Saved entries
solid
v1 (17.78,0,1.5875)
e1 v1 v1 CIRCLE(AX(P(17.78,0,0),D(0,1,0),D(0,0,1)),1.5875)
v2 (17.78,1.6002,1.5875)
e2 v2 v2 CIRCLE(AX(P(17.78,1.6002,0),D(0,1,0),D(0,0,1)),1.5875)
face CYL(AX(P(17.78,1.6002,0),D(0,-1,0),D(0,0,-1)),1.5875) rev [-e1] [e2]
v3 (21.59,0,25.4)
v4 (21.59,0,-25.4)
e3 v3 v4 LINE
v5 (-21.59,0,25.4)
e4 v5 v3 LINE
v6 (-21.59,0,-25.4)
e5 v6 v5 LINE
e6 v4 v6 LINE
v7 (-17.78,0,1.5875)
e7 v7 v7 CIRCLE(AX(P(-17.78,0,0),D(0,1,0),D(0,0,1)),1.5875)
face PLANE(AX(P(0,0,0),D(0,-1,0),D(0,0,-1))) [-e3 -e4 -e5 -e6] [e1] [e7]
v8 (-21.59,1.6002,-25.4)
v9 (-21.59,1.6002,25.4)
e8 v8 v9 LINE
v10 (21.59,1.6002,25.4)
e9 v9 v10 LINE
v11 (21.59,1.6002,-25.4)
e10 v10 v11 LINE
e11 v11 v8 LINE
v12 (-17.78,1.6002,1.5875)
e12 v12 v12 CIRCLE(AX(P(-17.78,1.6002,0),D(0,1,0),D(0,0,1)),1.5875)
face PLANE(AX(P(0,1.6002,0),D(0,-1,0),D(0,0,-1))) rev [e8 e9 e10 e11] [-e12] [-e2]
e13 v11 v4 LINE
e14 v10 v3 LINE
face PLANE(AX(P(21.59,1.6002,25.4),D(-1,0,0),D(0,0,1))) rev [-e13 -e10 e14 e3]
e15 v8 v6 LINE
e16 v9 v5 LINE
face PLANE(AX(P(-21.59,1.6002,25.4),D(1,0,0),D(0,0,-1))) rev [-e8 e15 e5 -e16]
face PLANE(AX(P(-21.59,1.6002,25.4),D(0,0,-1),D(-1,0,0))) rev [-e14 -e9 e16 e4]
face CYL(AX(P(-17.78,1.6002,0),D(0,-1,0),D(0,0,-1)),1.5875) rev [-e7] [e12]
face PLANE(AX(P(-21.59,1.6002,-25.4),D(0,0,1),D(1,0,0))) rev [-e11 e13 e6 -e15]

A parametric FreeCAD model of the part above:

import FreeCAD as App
import Part
import Sketcher
from FreeCAD import Vector
Q = App.Units.Quantity


def add_polygon(sketch, points):
    """Adds a closed chain of lines whose ends are joined by coincident constraints."""
    first, n = sketch.GeometryCount, len(points)
    for a, b in zip(points, points[1:] + points[:1]):
        sketch.addGeometry(Part.LineSegment(App.Vector(*a, 0), App.Vector(*b, 0)), False)
    for i in range(n):
        sketch.addConstraint(Sketcher.Constraint("Coincident", first + i, 2, first + (i + 1) % n, 1))

doc = App.newDocument("Part")
body = doc.addObject("PartDesign::Body", "Body")

sketch1 = body.newObject("Sketcher::SketchObject", "Sketch")
sketch1.AttachmentSupport = (doc.getObject("XZ_Plane"), [""])
sketch1.MapMode = "FlatFace"
add_polygon(sketch1, [(-21.6, -25.4), (-21.6, 25.4), (21.6, 25.4), (21.6, -25.4)])
sketch1.addGeometry(Part.Circle(Vector(-17.8, 0, 0), Vector(0, 0, 1), 1.6), False)
sketch1.addGeometry(Part.Circle(Vector(17.8, 0, 0), Vector(0, 0, 1), 1.6), False)
sketch1.addConstraint([
    Sketcher.Constraint("Vertical", 0),
    Sketcher.Constraint("Horizontal", 1),
    Sketcher.Constraint("Vertical", 2),
    Sketcher.Constraint("Horizontal", 3),
    Sketcher.Constraint("Equal", 4, 5),
    Sketcher.Constraint("Symmetric", 4, 3, 5, 3, -1, 1),
    Sketcher.Constraint("Symmetric", 0, 2, 2, 2, -1, 1),
    Sketcher.Constraint("PointOnObject", 4, 3, -1),
    Sketcher.Constraint("DistanceY", 0, 1, 0, 2, Q("2 in")),
    Sketcher.Constraint("Diameter", 4, Q("0.125 in")),
    Sketcher.Constraint("DistanceX", 1, 1, 1, 2, Q("1.7 in")),
    Sketcher.Constraint("DistanceX", 4, 3, -1, 1, Q("0.7 in")),
])
pad1 = body.newObject("PartDesign::Pad", "Pad")
pad1.Profile = sketch1
pad1.Length = Q("0.063 in")
pad1.Reversed = True

doc.recompute()
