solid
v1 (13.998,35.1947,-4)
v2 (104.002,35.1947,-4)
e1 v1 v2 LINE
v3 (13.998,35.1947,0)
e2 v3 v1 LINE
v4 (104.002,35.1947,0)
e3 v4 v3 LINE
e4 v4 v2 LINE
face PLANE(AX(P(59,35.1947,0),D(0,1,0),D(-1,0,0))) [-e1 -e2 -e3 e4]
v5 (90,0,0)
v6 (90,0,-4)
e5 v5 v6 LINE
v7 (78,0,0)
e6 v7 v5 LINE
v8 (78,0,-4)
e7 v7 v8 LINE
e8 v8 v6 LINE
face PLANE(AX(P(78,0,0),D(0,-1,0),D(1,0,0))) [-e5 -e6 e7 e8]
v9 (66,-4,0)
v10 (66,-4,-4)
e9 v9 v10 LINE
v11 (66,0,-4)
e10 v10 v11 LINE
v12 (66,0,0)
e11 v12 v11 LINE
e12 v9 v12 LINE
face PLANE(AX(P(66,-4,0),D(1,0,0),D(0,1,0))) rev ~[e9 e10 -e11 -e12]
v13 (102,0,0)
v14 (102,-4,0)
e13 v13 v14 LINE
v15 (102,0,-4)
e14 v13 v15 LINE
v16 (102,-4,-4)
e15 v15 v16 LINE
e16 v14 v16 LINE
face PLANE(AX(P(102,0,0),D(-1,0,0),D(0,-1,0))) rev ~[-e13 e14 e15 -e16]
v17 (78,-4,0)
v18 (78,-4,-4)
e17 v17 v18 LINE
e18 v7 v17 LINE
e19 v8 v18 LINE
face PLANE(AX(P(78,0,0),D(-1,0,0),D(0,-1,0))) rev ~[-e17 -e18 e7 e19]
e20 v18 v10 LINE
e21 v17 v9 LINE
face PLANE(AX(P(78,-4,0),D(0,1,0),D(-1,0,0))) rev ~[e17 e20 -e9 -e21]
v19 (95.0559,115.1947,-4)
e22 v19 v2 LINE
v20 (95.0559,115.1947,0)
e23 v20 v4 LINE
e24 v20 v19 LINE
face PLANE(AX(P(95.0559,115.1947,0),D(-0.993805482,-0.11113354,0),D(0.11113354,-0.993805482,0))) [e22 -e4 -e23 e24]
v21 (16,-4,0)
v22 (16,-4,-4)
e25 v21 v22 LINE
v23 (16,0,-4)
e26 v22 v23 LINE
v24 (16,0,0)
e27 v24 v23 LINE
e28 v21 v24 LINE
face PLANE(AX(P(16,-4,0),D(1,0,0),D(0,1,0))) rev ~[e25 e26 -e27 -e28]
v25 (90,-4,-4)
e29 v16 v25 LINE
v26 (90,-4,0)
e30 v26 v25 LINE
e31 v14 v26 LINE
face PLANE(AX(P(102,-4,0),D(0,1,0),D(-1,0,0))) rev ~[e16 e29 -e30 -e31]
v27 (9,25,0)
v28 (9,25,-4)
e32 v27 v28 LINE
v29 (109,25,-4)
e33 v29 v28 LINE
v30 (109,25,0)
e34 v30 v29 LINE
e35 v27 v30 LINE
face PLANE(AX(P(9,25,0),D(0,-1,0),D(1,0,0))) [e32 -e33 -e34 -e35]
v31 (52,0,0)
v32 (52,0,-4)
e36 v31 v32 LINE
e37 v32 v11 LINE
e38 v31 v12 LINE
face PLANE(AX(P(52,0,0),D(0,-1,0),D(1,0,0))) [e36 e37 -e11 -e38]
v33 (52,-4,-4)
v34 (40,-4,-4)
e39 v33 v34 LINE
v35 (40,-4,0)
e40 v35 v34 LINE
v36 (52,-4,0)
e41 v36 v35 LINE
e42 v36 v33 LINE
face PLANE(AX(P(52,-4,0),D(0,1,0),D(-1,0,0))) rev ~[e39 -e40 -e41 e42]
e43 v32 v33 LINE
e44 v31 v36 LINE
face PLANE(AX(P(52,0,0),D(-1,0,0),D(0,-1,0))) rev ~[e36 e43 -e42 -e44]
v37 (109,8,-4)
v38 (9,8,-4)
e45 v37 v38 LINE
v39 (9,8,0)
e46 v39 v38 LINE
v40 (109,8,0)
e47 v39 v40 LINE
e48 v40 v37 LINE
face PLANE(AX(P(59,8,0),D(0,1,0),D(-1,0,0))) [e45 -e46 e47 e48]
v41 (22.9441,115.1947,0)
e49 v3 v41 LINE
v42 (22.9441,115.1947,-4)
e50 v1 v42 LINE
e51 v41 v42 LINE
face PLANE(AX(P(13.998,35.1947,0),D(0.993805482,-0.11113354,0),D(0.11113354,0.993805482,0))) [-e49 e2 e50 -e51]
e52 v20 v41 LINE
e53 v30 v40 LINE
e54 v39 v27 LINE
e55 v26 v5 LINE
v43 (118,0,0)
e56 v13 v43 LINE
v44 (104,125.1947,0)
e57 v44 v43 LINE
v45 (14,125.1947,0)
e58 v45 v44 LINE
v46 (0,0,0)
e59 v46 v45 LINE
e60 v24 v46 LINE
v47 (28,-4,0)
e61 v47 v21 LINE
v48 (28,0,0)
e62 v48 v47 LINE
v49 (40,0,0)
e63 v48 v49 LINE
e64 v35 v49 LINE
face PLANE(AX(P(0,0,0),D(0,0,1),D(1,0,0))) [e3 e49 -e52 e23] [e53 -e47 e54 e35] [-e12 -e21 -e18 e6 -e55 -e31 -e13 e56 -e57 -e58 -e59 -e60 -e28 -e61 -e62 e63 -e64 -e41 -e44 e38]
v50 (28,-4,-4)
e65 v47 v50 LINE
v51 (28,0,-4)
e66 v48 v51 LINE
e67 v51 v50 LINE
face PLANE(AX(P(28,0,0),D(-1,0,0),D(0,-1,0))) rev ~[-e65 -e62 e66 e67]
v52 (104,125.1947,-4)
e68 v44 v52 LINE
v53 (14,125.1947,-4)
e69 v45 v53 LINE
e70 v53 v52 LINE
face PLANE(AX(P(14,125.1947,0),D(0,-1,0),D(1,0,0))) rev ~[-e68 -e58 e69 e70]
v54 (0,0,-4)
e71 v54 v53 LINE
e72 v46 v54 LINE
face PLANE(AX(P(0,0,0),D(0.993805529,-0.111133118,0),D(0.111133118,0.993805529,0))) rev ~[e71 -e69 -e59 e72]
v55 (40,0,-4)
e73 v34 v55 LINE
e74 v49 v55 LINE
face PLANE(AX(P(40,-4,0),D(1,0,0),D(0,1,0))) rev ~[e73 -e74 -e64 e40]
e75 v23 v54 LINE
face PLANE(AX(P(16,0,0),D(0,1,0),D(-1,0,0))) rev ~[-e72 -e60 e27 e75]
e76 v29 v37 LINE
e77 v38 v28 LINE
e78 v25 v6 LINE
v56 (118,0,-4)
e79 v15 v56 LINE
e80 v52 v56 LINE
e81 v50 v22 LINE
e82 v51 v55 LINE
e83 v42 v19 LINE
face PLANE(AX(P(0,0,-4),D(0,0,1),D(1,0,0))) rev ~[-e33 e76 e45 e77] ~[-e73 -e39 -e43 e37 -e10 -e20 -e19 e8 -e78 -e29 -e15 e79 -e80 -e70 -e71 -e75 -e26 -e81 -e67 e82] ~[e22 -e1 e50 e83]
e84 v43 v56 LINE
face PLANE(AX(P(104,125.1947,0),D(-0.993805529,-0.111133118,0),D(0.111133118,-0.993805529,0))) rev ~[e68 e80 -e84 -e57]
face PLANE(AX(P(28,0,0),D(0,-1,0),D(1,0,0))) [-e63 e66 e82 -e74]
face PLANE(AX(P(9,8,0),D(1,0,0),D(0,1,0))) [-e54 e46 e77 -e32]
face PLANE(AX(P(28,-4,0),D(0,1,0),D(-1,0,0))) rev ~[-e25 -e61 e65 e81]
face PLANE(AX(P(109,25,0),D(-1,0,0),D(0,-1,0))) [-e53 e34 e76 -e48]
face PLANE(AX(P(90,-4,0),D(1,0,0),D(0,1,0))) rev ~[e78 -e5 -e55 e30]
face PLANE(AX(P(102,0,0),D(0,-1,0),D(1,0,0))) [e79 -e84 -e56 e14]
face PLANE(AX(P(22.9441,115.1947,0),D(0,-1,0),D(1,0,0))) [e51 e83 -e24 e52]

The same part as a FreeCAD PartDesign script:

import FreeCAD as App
import Part
import Sketcher

V = App.Vector
Q = App.Units.Quantity

doc = App.newDocument("Part")
body = doc.addObject("PartDesign::Body", "Body")

# Sketch on XY plane
sketch1 = body.newObject("Sketcher::SketchObject", "Sketch")
sketch1.AttachmentSupport = (doc.getObject("XY_Plane"), [""])
sketch1.MapMode = "FlatFace"
sketch1.addGeometry([
    Part.LineSegment(V(14, 125.2, 0), V(0, 0, 0)),  # 0
    Part.LineSegment(V(0, 0, 0), V(16, 0, 0)),  # 1
    Part.LineSegment(V(16, 0, 0), V(16, -4, 0)),  # 2
    Part.LineSegment(V(16, -4, 0), V(28, -4, 0)),  # 3
    Part.LineSegment(V(28, -4, 0), V(28, 0, 0)),  # 4
    Part.LineSegment(V(28, 0, 0), V(40, 0, 0)),  # 5
    Part.LineSegment(V(40, 0, 0), V(40, -4, 0)),  # 6
    Part.LineSegment(V(40, -4, 0), V(52, -4, 0)),  # 7
    Part.LineSegment(V(52, -4, 0), V(52, 0, 0)),  # 8
    Part.LineSegment(V(52, 0, 0), V(66, 0, 0)),  # 9
    Part.LineSegment(V(66, 0, 0), V(66, -4, 0)),  # 10
    Part.LineSegment(V(66, -4, 0), V(78, -4, 0)),  # 11
    Part.LineSegment(V(78, -4, 0), V(78, 0, 0)),  # 12
    Part.LineSegment(V(78, 0, 0), V(90, 0, 0)),  # 13
    Part.LineSegment(V(90, 0, 0), V(90, -4, 0)),  # 14
    Part.LineSegment(V(90, -4, 0), V(102, -4, 0)),  # 15
    Part.LineSegment(V(102, -4, 0), V(102, 0, 0)),  # 16
    Part.LineSegment(V(102, 0, 0), V(118, 0, 0)),  # 17
    Part.LineSegment(V(118, 0, 0), V(104, 125.2, 0)),  # 18
    Part.LineSegment(V(104, 125.2, 0), V(14, 125.2, 0)),  # 19
], False)
sketch1.addConstraint([
    Sketcher.Constraint("Coincident", 0, 2, 1, 1),
    Sketcher.Constraint("Coincident", 1, 2, 2, 1),
    Sketcher.Constraint("Coincident", 2, 2, 3, 1),
    Sketcher.Constraint("Coincident", 3, 2, 4, 1),
    Sketcher.Constraint("Coincident", 4, 2, 5, 1),
    Sketcher.Constraint("Coincident", 5, 2, 6, 1),
    Sketcher.Constraint("Coincident", 6, 2, 7, 1),
    Sketcher.Constraint("Coincident", 7, 2, 8, 1),
    Sketcher.Constraint("Coincident", 8, 2, 9, 1),
    Sketcher.Constraint("Coincident", 9, 2, 10, 1),
    Sketcher.Constraint("Coincident", 10, 2, 11, 1),
    Sketcher.Constraint("Coincident", 11, 2, 12, 1),
    Sketcher.Constraint("Coincident", 12, 2, 13, 1),
    Sketcher.Constraint("Coincident", 13, 2, 14, 1),
    Sketcher.Constraint("Coincident", 14, 2, 15, 1),
    Sketcher.Constraint("Coincident", 15, 2, 16, 1),
    Sketcher.Constraint("Coincident", 16, 2, 17, 1),
    Sketcher.Constraint("Coincident", 17, 2, 18, 1),
    Sketcher.Constraint("Coincident", 18, 2, 19, 1),
    Sketcher.Constraint("Coincident", 19, 2, 0, 1),
    Sketcher.Constraint("Horizontal", 1),
    Sketcher.Constraint("Vertical", 2),
    Sketcher.Constraint("Horizontal", 3),
    Sketcher.Constraint("Vertical", 4),
    Sketcher.Constraint("Horizontal", 5),
    Sketcher.Constraint("Vertical", 6),
    Sketcher.Constraint("Horizontal", 7),
    Sketcher.Constraint("Vertical", 8),
    Sketcher.Constraint("Horizontal", 9),
    Sketcher.Constraint("Vertical", 10),
    Sketcher.Constraint("Horizontal", 11),
    Sketcher.Constraint("Vertical", 12),
    Sketcher.Constraint("Horizontal", 13),
    Sketcher.Constraint("Vertical", 14),
    Sketcher.Constraint("Horizontal", 15),
    Sketcher.Constraint("Vertical", 16),
    Sketcher.Constraint("Horizontal", 17),
    Sketcher.Constraint("Horizontal", 19),
    Sketcher.Constraint("Coincident", 0, 2, -1, 1),
    Sketcher.Constraint("PointOnObject", 4, 2, -1),
    Sketcher.Constraint("PointOnObject", 8, 2, -1),
    Sketcher.Constraint("PointOnObject", 12, 2, -1),
    Sketcher.Constraint("PointOnObject", 16, 2, -1),
    Sketcher.Constraint("Horizontal", 3, 2, 6, 2),
    Sketcher.Constraint("Horizontal", 7, 2, 10, 2),
    Sketcher.Constraint("Horizontal", 11, 2, 14, 2),
    Sketcher.Constraint("Equal", 3, 5),
    Sketcher.Constraint("Equal", 5, 7),
    Sketcher.Constraint("Equal", 7, 11),
    Sketcher.Constraint("Equal", 11, 13),
    Sketcher.Constraint("Equal", 13, 15),
    Sketcher.Constraint("Equal", 1, 17),
    Sketcher.Constraint("Equal", 0, 18),
    Sketcher.Constraint("DistanceX", 1, 1, 1, 2, 16.0),
    Sketcher.Constraint("DistanceX", 3, 1, 3, 2, 12.0),
    Sketcher.Constraint("DistanceX", 9, 1, 9, 2, 14.0),
    Sketcher.Constraint("DistanceX", 19, 2, 19, 1, 90.0),
    Sketcher.Constraint("DistanceY", 2, 2, 2, 1, 4.0),
    Sketcher.Constraint("Angle", 0, Q("-96.3806 deg")),
])
pad1 = body.newObject("PartDesign::Pad", "Pad")
pad1.Profile = sketch1
pad1.Length = 4
pad1.Reversed = True

# Sketch on XY plane
sketch2 = body.newObject("Sketcher::SketchObject", "Sketch001")
sketch2.AttachmentSupport = (doc.getObject("XY_Plane"), [""])
sketch2.MapMode = "FlatFace"
sketch2.addGeometry([
    Part.LineSegment(V(14, 35, 0), V(104, 35, 0)),  # 0
    Part.LineSegment(V(104, 35, 0), V(95, 115, 0)),  # 1
    Part.LineSegment(V(95, 115, 0), V(23, 115, 0)),  # 2
    Part.LineSegment(V(23, 115, 0), V(14, 35, 0)),  # 3
    Part.LineSegment(V(9, 25, 0), V(9, 8, 0)),  # 4
    Part.LineSegment(V(9, 8, 0), V(109, 8, 0)),  # 5
    Part.LineSegment(V(109, 8, 0), V(109, 25, 0)),  # 6
    Part.LineSegment(V(109, 25, 0), V(9, 25, 0)),  # 7
], False)
sketch2.addConstraint([
    Sketcher.Constraint("Coincident", 0, 2, 1, 1),
    Sketcher.Constraint("Coincident", 1, 2, 2, 1),
    Sketcher.Constraint("Coincident", 2, 2, 3, 1),
    Sketcher.Constraint("Coincident", 3, 2, 0, 1),
    Sketcher.Constraint("Coincident", 4, 2, 5, 1),
    Sketcher.Constraint("Coincident", 5, 2, 6, 1),
    Sketcher.Constraint("Coincident", 6, 2, 7, 1),
    Sketcher.Constraint("Coincident", 7, 2, 4, 1),
    Sketcher.Constraint("Horizontal", 0),
    Sketcher.Constraint("Horizontal", 2),
    Sketcher.Constraint("Vertical", 4),
    Sketcher.Constraint("Horizontal", 5),
    Sketcher.Constraint("Vertical", 6),
    Sketcher.Constraint("Horizontal", 7),
    Sketcher.Constraint("Equal", 1, 3),
    Sketcher.Constraint("DistanceX", 5, 1, 5, 2, 100.0),
    Sketcher.Constraint("DistanceY", 4, 2, 4, 1, 17.0),
    Sketcher.Constraint("DistanceY", -1, 1, 4, 2, 8.0),
    Sketcher.Constraint("DistanceY", 0, 2, 1, 2, 80.0),
    Sketcher.Constraint("DistanceX", -1, 1, 4, 2, 9.0),
    Sketcher.Constraint("Angle", 1, Q("96.3807 deg")),
    Sketcher.Constraint("DistanceX", 0, 1, 0, 2, 90.004),
    Sketcher.Constraint("DistanceX", -1, 1, 0, 2, 104.002),
    Sketcher.Constraint("DistanceY", -1, 1, 0, 2, 35.1947),
])
pocket1 = body.newObject("PartDesign::Pocket", "Pocket")
pocket1.Profile = sketch2
pocket1.Length = 4

doc.recompute()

■ Exercise brief
From the entries above, return exactly the line containing "-e4 -e23 e24]", the line containing "v42 (22.9441,115.1947,-4)", and all lines between, and nothing else.

■ Your response
face PLANE(AX(P(95.0559,115.1947,0),D(-0.993805482,-0.11113354,0),D(0.11113354,-0.993805482,0))) [e22 -e4 -e23 e24]
v21 (16,-4,0)
v22 (16,-4,-4)
e25 v21 v22 LINE
v23 (16,0,-4)
e26 v22 v23 LINE
v24 (16,0,0)
e27 v24 v23 LINE
e28 v21 v24 LINE
face PLANE(AX(P(16,-4,0),D(1,0,0),D(0,1,0))) rev ~[e25 e26 -e27 -e28]
v25 (90,-4,-4)
e29 v16 v25 LINE
v26 (90,-4,0)
e30 v26 v25 LINE
e31 v14 v26 LINE
face PLANE(AX(P(102,-4,0),D(0,1,0),D(-1,0,0))) rev ~[e16 e29 -e30 -e31]
v27 (9,25,0)
v28 (9,25,-4)
e32 v27 v28 LINE
v29 (109,25,-4)
e33 v29 v28 LINE
v30 (109,25,0)
e34 v30 v29 LINE
e35 v27 v30 LINE
face PLANE(AX(P(9,25,0),D(0,-1,0),D(1,0,0))) [e32 -e33 -e34 -e35]
v31 (52,0,0)
v32 (52,0,-4)
e36 v31 v32 LINE
e37 v32 v11 LINE
e38 v31 v12 LINE
face PLANE(AX(P(52,0,0),D(0,-1,0),D(1,0,0))) [e36 e37 -e11 -e38]
v33 (52,-4,-4)
v34 (40,-4,-4)
e39 v33 v34 LINE
v35 (40,-4,0)
e40 v35 v34 LINE
v36 (52,-4,0)
e41 v36 v35 LINE
e42 v36 v33 LINE
face PLANE(AX(P(52,-4,0),D(0,1,0),D(-1,0,0))) rev ~[e39 -e40 -e41 e42]
e43 v32 v33 LINE
e44 v31 v36 LINE
face PLANE(AX(P(52,0,0),D(-1,0,0),D(0,-1,0))) rev ~[e36 e43 -e42 -e44]
v37 (109,8,-4)
v38 (9,8,-4)
e45 v37 v38 LINE
v39 (9,8,0)
e46 v39 v38 LINE
v40 (109,8,0)
e47 v39 v40 LINE
e48 v40 v37 LINE
face PLANE(AX(P(59,8,0),D(0,1,0),D(-1,0,0))) [e45 -e46 e47 e48]
v41 (22.9441,115.1947,0)
e49 v3 v41 LINE
v42 (22.9441,115.1947,-4)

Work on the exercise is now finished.